Requirement for Ca2+/calmodulin-dependent kinase II in the transition from pressure overload-induced cardiac hypertrophy to heart failure in mice

Ca2+/calmodulin-dependent kinase II (CaMKII) has been implicated in cardiac hypertrophy and heart failure. We generated mice in which the predominant cardiac isoform, CaMKII delta, was genetically deleted (KO mice), and found that these mice showed no gross baseline changes in ventricular structure or function.

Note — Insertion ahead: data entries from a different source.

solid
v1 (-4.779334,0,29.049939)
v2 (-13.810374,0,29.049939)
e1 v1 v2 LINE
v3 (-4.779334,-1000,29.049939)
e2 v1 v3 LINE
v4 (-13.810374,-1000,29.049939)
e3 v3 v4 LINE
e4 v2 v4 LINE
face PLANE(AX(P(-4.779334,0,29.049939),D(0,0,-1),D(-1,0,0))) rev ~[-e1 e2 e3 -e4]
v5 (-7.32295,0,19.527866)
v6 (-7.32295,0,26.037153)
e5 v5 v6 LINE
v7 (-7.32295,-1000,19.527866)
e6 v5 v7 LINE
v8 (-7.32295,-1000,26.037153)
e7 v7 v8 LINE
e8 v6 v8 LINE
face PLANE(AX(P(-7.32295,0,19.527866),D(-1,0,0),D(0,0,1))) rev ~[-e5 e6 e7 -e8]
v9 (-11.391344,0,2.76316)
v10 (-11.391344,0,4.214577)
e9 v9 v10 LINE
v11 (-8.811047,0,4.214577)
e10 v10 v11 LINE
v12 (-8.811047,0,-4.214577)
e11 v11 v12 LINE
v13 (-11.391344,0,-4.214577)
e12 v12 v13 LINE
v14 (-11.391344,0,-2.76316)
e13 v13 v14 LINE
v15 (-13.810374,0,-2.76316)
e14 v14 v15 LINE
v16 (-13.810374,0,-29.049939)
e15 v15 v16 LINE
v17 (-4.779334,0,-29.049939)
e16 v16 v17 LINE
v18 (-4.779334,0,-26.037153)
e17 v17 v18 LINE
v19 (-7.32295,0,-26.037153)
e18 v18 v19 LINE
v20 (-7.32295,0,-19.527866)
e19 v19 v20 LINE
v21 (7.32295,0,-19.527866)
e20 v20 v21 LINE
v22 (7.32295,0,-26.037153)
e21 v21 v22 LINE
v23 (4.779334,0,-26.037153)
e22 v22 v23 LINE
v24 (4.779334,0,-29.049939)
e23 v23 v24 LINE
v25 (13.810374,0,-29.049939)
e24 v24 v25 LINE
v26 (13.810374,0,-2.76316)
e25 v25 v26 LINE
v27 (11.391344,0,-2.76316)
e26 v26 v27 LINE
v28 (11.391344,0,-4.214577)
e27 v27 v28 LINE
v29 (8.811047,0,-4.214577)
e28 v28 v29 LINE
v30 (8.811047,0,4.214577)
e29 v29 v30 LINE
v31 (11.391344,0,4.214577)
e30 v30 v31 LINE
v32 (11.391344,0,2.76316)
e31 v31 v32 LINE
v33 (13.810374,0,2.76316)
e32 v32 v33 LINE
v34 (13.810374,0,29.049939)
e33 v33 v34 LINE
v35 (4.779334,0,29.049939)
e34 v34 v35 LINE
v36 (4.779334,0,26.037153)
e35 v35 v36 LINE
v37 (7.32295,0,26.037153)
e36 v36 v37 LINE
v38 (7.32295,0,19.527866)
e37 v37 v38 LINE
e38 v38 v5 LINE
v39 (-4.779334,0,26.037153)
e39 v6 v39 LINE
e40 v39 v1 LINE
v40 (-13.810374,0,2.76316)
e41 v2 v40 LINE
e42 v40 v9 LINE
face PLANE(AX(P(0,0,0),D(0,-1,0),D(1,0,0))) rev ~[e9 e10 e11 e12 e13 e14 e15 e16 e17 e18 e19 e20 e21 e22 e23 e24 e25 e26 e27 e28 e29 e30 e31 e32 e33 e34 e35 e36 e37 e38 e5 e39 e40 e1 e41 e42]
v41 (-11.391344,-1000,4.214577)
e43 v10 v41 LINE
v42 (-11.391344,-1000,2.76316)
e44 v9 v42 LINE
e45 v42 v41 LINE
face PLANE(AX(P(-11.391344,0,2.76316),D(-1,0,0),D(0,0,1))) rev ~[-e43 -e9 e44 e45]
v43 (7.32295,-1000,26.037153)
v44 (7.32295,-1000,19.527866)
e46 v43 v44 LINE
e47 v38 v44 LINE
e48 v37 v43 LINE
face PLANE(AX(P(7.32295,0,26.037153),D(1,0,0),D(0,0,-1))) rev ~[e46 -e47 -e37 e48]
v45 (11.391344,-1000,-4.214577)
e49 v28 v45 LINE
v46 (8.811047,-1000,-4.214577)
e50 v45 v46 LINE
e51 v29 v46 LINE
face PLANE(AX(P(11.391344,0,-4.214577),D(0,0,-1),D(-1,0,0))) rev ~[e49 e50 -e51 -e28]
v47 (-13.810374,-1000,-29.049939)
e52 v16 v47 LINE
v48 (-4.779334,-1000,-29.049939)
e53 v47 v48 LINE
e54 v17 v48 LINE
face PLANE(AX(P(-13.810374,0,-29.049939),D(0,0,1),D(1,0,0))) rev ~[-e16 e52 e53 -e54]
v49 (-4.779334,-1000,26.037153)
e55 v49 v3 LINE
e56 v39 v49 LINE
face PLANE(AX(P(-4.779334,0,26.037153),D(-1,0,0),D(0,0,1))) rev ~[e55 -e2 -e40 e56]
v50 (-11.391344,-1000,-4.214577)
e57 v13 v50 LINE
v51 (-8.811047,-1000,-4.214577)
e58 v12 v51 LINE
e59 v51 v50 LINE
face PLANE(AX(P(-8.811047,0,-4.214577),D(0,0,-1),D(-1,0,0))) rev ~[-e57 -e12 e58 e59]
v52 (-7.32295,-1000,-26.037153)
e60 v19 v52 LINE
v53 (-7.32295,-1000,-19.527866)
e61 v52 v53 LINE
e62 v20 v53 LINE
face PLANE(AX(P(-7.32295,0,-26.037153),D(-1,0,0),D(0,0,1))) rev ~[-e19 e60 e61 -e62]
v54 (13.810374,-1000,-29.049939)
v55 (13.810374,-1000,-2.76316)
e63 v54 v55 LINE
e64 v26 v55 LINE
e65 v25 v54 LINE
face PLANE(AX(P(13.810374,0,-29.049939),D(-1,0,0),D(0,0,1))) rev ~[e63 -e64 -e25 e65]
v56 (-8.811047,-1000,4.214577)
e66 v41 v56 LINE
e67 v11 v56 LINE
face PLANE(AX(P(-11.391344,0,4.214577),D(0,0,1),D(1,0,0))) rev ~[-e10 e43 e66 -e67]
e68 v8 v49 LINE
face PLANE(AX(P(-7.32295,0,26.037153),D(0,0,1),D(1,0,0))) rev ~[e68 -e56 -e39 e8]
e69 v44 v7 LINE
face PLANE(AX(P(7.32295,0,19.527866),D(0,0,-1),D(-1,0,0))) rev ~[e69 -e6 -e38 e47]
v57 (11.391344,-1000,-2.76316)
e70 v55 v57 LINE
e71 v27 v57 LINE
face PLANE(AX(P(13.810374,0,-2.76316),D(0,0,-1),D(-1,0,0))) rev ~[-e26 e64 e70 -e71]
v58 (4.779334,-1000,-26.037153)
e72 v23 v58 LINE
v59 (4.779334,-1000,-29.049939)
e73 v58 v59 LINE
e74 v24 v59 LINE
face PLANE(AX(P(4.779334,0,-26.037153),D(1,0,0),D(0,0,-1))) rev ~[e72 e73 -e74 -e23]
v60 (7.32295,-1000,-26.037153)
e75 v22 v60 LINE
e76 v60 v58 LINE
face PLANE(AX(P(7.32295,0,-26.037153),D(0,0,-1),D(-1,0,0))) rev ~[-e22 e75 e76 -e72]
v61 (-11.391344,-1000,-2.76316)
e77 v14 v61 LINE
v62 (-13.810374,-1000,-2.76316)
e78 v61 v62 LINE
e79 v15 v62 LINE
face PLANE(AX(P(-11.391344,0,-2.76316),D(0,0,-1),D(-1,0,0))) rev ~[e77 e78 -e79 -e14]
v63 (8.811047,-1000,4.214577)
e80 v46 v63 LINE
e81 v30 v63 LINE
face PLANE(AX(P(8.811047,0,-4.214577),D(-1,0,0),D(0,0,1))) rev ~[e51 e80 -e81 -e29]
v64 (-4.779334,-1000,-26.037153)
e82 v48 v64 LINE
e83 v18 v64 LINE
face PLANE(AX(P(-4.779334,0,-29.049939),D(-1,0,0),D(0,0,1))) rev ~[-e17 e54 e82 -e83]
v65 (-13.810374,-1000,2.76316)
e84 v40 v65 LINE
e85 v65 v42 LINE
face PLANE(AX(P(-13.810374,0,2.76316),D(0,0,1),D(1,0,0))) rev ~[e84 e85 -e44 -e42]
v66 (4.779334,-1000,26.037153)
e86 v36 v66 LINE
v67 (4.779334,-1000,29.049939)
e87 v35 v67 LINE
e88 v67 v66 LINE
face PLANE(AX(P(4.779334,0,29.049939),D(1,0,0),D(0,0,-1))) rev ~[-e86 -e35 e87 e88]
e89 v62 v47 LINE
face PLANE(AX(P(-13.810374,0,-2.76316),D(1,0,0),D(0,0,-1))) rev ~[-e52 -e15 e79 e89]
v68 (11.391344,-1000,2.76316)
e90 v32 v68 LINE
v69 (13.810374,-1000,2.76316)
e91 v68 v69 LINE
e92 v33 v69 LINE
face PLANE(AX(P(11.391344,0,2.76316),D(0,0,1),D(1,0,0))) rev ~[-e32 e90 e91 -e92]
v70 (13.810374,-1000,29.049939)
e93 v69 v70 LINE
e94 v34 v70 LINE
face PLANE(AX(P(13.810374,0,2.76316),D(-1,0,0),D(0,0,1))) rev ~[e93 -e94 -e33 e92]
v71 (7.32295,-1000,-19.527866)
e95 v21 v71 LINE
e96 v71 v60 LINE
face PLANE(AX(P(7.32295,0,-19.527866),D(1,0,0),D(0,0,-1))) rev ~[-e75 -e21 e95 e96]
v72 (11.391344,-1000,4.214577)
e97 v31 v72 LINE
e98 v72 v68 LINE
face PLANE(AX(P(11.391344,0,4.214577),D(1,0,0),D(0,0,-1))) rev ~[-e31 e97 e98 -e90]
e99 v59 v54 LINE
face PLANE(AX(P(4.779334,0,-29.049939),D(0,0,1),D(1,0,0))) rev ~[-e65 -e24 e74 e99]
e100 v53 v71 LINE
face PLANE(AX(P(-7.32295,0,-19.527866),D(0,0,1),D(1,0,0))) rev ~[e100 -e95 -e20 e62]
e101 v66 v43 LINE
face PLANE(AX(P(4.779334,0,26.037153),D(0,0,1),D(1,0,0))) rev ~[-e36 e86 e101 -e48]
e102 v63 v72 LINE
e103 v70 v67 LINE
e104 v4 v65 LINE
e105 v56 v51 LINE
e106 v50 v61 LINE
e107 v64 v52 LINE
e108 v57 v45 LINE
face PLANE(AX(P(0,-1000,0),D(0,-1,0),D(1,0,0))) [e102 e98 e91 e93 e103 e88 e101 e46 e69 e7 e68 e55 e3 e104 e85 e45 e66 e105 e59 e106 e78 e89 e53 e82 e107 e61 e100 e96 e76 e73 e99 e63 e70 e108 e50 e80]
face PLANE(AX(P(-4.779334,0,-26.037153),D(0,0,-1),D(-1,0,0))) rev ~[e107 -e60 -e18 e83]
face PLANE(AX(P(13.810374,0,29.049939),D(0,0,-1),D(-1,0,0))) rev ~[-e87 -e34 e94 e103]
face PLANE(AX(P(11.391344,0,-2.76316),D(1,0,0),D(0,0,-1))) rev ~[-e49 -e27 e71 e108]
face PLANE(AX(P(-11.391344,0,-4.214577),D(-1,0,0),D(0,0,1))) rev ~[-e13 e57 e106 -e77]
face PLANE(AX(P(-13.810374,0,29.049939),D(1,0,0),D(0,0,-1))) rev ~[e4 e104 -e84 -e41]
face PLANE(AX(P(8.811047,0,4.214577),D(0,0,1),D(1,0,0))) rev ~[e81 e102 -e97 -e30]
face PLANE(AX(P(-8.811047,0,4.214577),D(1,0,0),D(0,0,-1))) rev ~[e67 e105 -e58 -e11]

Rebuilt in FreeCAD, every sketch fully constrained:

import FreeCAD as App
import Part
import Sketcher
Q = App.Units.Quantity

doc = App.newDocument("Part")
params = doc.addObject("Spreadsheet::Sheet", "Params")
for row, (alias, value) in enumerate([
    ("pad1_length", "1000 mm"),
], start=1):
    params.set(f"A{row}", alias)
    params.set(f"B{row}", "=" + value)
    params.setAlias(f"B{row}", alias)

body = doc.addObject("PartDesign::Body", "Body")

sketch1 = doc.addObject("Sketcher::SketchObject", "Sketch")
body.addObject(sketch1)
sketch1.AttachmentSupport = (doc.XZ_Plane, [""])
sketch1.MapMode = "FlatFace"
sketch1.addGeometry([
    Part.LineSegment(App.Vector(7.3, 19.5, 0), App.Vector(-7.3, 19.5, 0)),
    Part.LineSegment(App.Vector(-7.3, 19.5, 0), App.Vector(-7.3, 26, 0)),
    Part.LineSegment(App.Vector(-7.3, 26, 0), App.Vector(-4.8, 26, 0)),
    Part.LineSegment(App.Vector(-4.8, 26, 0), App.Vector(-4.8, 29, 0)),
    Part.LineSegment(App.Vector(-4.8, 29, 0), App.Vector(-13.8, 29, 0)),
    Part.LineSegment(App.Vector(-13.8, 29, 0), App.Vector(-13.8, 2.8, 0)),
    Part.LineSegment(App.Vector(-13.8, 2.8, 0), App.Vector(-11.4, 2.8, 0)),
    Part.LineSegment(App.Vector(-11.4, 2.8, 0), App.Vector(-11.4, 4.2, 0)),
    Part.LineSegment(App.Vector(-11.4, 4.2, 0), App.Vector(-8.8, 4.2, 0)),
    Part.LineSegment(App.Vector(-8.8, 4.2, 0), App.Vector(-8.8, -4.2, 0)),
    Part.LineSegment(App.Vector(-8.8, -4.2, 0), App.Vector(-11.4, -4.2, 0)),
    Part.LineSegment(App.Vector(-11.4, -4.2, 0), App.Vector(-11.4, -2.8, 0)),
    Part.LineSegment(App.Vector(-11.4, -2.8, 0), App.Vector(-13.8, -2.8, 0)),
    Part.LineSegment(App.Vector(-13.8, -2.8, 0), App.Vector(-13.8, -29, 0)),
    Part.LineSegment(App.Vector(-13.8, -29, 0), App.Vector(-4.8, -29, 0)),
    Part.LineSegment(App.Vector(-4.8, -29, 0), App.Vector(-4.8, -26, 0)),
    Part.LineSegment(App.Vector(-4.8, -26, 0), App.Vector(-7.3, -26, 0)),
    Part.LineSegment(App.Vector(-7.3, -26, 0), App.Vector(-7.3, -19.5, 0)),
    Part.LineSegment(App.Vector(-7.3, -19.5, 0), App.Vector(7.3, -19.5, 0)),
    Part.LineSegment(App.Vector(7.3, -19.5, 0), App.Vector(7.3, -26, 0)),
    Part.LineSegment(App.Vector(7.3, -26, 0), App.Vector(4.8, -26, 0)),
    Part.LineSegment(App.Vector(4.8, -26, 0), App.Vector(4.8, -29, 0)),
    Part.LineSegment(App.Vector(4.8, -29, 0), App.Vector(13.8, -29, 0)),
    Part.LineSegment(App.Vector(13.8, -29, 0), App.Vector(13.8, -2.8, 0)),
    Part.LineSegment(App.Vector(13.8, -2.8, 0), App.Vector(11.4, -2.8, 0)),
    Part.LineSegment(App.Vector(11.4, -2.8, 0), App.Vector(11.4, -4.2, 0)),
    Part.LineSegment(App.Vector(11.4, -4.2, 0), App.Vector(8.8, -4.2, 0)),
    Part.LineSegment(App.Vector(8.8, -4.2, 0), App.Vector(8.8, 4.2, 0)),
    Part.LineSegment(App.Vector(8.8, 4.2, 0), App.Vector(11.4, 4.2, 0)),
    Part.LineSegment(App.Vector(11.4, 4.2, 0), App.Vector(11.4, 2.8, 0)),
    Part.LineSegment(App.Vector(11.4, 2.8, 0), App.Vector(13.8, 2.8, 0)),
    Part.LineSegment(App.Vector(13.8, 2.8, 0), App.Vector(13.8, 29, 0)),
    Part.LineSegment(App.Vector(13.8, 29, 0), App.Vector(4.8, 29, 0)),
    Part.LineSegment(App.Vector(4.8, 29, 0), App.Vector(4.8, 26, 0)),
    Part.LineSegment(App.Vector(4.8, 26, 0), App.Vector(7.3, 26, 0)),
    Part.LineSegment(App.Vector(7.3, 26, 0), App.Vector(7.3, 19.5, 0)),
], False)
sketch1.addConstraint([
    Sketcher.Constraint("Coincident", 0, 2, 1, 1),
    Sketcher.Constraint("Coincident", 1, 2, 2, 1),
    Sketcher.Constraint("Coincident", 2, 2, 3, 1),
    Sketcher.Constraint("Coincident", 3, 2, 4, 1),
    Sketcher.Constraint("Coincident", 4, 2, 5, 1),
    Sketcher.Constraint("Coincident", 5, 2, 6, 1),
    Sketcher.Constraint("Coincident", 6, 2, 7, 1),
    Sketcher.Constraint("Coincident", 7, 2, 8, 1),
    Sketcher.Constraint("Coincident", 8, 2, 9, 1),
    Sketcher.Constraint("Coincident", 9, 2, 10, 1),
    Sketcher.Constraint("Coincident", 10, 2, 11, 1),
    Sketcher.Constraint("Coincident", 11, 2, 12, 1),
    Sketcher.Constraint("Coincident", 12, 2, 13, 1),
    Sketcher.Constraint("Coincident", 13, 2, 14, 1),
    Sketcher.Constraint("Coincident", 14, 2, 15, 1),
    Sketcher.Constraint("Coincident", 15, 2, 16, 1),
    Sketcher.Constraint("Coincident", 16, 2, 17, 1),
    Sketcher.Constraint("Coincident", 17, 2, 18, 1),
    Sketcher.Constraint("Coincident", 18, 2, 19, 1),
    Sketcher.Constraint("Coincident", 19, 2, 20, 1),
    Sketcher.Constraint("Coincident", 20, 2, 21, 1),
    Sketcher.Constraint("Coincident", 21, 2, 22, 1),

In WT and KO mice, transverse aortic constriction (TAC) induced comparable increases in relative heart weight, cell size, HDACS phosphorylation, and hypertrophic gene expression. Strikingly, while KO mice showed preserved hypertrophy after 6-week TAC, CaMKII delta deficiency significantly ameliorated phenotypic changes associated with the transition to heart failure, such as chamber dilation, ventricular dysfunction, lung edema, cardiac fibrosis, and apoptosis. The ratio of IP(3)R2 to ryanodine receptor 2 (RyR2) and the fraction of RyR2 phosphorylated at the CaMKII site increased significantly during development of heart failure in WT mice, but not KO mice, and this was associated with enhanced Ca2+ spark frequency only in WT mice. We suggest that CaMKII delta contributes to cardiac decompensation by enhancing RyR2-mediated sarcoplasmic reticulum Ca2+ leak and that attenuating CaMKII delta activation can limit the progression to heart failure.